[Extracted records]
════════════════════
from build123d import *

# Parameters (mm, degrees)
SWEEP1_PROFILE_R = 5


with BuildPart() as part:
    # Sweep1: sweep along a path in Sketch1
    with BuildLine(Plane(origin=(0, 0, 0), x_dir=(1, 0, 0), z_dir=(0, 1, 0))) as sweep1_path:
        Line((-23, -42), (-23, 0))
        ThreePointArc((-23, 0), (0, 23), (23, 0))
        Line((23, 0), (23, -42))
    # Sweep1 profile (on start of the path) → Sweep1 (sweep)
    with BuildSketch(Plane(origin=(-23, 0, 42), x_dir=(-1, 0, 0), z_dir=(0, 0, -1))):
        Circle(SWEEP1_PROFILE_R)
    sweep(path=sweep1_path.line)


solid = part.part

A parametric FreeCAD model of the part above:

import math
import FreeCAD as App
import Part
import Sketcher
from FreeCAD import Vector

doc = App.newDocument("Part")
body = doc.addObject("PartDesign::Body", "Body")

# Sketch on XY plane
sketch1 = body.newObject("Sketcher::SketchObject", "Sketch")
sketch1.AttachmentSupport = (doc.getObject("XY_Plane"), [""])
sketch1.MapMode = "FlatFace"
sketch1.AttachmentOffset = App.Placement(Vector(0, 0, 42), App.Rotation())
sketch1.addGeometry(Part.Circle(Vector(-23, 0, 0), Vector(0, 0, 1), 5), False)
sketch1.addConstraint([
    Sketcher.Constraint("PointOnObject", 0, 3, -1),
    Sketcher.Constraint("Diameter", 0, 10.0),
    Sketcher.Constraint("DistanceX", 0, 3, -1, 1, 23.0),
])

# Sketch on XZ plane
sketch2 = body.newObject("Sketcher::SketchObject", "Sketch001")
sketch2.AttachmentSupport = (doc.getObject("XZ_Plane"), [""])
sketch2.MapMode = "FlatFace"
sketch2.addGeometry([
    Part.LineSegment(Vector(-23, 42, 0), Vector(-23, 0, 0)),
    Part.ArcOfCircle(Part.Circle(Vector(0, 0, 0), Vector(0, 0, 1), 23), math.radians(180), math.radians(360)),
    Part.LineSegment(Vector(23, 0, 0), Vector(23, 42, 0)),
], False)
sketch2.addConstraint([
    Sketcher.Constraint("Tangent", 0, 2, 1, 1),
    Sketcher.Constraint("Tangent", 1, 2, 2, 1),
    Sketcher.Constraint("Vertical", 0),
    Sketcher.Constraint("Vertical", 2),
    Sketcher.Constraint("Coincident", 1, 3, -1, 1),
    Sketcher.Constraint("Horizontal", 0, 1, 2, 2),
    Sketcher.Constraint("Radius", 1, 23.0),
    Sketcher.Constraint("DistanceY", 0, 2, 0, 1, 42.0),
])
doc.recompute()

additivepipe = body.newObject("PartDesign::AdditivePipe", "AdditivePipe")
additivepipe.Profile = sketch1
additivepipe.Spine = (sketch2, ["Edge1", "Edge2", "Edge3"])

doc.recompute()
════════════════════
### YOUR TASK
The lines above from the one with "# Sweep1: sweep along a path in Sketch1" through the one with "Line((23, 0), (23, -42))" are to be duplicated exactly, ends included, with nothing added.

### REPLY
    # Sweep1: sweep along a path in Sketch1
    with BuildLine(Plane(origin=(0, 0, 0), x_dir=(1, 0, 0), z_dir=(0, 1, 0))) as sweep1_path:
        Line((-23, -42), (-23, 0))
        ThreePointArc((-23, 0), (0, 23), (23, 0))
        Line((23, 0), (23, -42))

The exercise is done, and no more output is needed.